▶ **GOAL OF THE EXERCISE**
Across the data below, how many lines have the word "Locations" in them? Respond with the number alone.

#### DATA IN THIS EXERCISE ####

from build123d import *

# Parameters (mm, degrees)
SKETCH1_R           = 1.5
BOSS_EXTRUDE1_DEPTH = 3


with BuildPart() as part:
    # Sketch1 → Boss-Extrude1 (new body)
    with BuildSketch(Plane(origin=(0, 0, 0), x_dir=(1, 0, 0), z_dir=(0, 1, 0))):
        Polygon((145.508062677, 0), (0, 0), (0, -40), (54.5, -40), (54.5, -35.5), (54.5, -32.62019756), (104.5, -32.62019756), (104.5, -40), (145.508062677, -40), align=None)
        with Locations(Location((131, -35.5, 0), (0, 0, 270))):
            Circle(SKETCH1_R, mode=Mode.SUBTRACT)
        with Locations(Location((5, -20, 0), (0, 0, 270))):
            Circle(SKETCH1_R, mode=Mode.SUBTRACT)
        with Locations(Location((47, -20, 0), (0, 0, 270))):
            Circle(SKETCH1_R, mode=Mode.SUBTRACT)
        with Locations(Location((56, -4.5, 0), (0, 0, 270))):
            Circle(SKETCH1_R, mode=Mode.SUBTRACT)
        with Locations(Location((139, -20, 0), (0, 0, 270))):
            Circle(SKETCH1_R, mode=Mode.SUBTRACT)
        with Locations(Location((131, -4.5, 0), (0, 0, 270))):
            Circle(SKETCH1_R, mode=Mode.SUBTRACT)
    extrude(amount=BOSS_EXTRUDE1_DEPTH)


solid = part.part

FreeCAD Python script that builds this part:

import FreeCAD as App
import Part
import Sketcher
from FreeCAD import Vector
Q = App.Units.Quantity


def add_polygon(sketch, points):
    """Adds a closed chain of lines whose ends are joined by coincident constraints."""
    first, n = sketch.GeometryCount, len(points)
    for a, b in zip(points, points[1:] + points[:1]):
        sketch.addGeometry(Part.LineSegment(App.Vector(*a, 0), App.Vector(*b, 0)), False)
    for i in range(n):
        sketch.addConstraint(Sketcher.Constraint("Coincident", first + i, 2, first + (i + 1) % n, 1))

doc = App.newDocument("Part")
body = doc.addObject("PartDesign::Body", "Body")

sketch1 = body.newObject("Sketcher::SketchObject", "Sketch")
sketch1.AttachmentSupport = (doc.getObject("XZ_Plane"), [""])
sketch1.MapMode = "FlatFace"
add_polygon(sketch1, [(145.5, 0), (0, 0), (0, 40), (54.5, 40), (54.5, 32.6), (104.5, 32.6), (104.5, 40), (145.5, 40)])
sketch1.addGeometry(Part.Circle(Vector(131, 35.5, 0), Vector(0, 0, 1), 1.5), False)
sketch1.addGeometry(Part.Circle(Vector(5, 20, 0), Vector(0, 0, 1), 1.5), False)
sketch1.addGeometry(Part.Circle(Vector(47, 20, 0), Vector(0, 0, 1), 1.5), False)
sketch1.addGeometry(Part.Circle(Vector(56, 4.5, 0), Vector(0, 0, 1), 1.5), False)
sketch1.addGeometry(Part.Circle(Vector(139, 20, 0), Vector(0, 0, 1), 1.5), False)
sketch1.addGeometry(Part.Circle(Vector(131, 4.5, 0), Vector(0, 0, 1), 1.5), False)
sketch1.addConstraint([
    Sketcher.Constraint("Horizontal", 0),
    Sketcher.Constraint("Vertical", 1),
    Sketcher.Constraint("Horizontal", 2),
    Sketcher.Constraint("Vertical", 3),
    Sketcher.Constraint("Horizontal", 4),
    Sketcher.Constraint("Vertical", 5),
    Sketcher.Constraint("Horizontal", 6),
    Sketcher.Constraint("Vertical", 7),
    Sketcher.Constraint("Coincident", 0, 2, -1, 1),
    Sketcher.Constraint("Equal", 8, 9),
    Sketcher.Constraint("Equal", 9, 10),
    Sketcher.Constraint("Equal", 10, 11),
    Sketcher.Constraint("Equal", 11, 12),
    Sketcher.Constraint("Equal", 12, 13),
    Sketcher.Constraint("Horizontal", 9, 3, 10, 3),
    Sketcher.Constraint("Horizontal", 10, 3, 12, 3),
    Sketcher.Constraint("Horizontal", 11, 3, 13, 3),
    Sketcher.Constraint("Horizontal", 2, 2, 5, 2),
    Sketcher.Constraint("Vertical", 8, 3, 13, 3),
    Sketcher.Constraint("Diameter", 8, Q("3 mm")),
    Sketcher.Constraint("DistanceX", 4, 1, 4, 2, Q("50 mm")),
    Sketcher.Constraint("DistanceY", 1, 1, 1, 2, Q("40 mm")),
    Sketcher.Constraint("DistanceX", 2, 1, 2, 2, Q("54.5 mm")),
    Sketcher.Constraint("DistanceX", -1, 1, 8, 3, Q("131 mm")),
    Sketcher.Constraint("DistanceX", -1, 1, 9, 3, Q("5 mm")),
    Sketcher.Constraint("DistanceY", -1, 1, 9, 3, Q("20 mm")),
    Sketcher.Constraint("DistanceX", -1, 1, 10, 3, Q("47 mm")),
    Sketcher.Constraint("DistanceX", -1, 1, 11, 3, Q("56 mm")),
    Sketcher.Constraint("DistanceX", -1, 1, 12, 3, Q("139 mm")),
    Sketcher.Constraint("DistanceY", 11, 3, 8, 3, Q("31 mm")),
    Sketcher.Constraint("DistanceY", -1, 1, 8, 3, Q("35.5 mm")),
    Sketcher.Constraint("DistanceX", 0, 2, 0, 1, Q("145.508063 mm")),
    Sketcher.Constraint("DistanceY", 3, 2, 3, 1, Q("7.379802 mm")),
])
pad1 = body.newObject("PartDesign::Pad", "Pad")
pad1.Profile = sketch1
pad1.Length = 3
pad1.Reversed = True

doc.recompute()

####
#### DATA IN THIS EXERCISE ####

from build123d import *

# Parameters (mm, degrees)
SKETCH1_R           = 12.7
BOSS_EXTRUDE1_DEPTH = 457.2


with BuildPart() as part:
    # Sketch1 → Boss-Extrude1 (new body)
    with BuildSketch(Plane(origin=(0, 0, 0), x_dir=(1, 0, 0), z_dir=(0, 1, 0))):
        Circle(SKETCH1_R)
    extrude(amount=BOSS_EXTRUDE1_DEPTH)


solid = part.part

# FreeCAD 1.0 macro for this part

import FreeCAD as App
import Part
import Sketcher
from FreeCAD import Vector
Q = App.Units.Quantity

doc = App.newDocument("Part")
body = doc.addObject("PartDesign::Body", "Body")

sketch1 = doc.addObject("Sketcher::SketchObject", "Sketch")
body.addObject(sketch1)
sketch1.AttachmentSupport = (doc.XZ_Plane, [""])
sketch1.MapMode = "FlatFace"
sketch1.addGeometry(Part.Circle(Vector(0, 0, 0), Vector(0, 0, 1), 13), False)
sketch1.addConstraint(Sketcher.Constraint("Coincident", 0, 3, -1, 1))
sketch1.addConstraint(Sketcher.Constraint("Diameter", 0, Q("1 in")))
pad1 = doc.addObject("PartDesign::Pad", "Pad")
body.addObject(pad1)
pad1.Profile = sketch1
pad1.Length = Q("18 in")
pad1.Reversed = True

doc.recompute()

####

▶ **ANSWER TO THIS PROBLEM**
6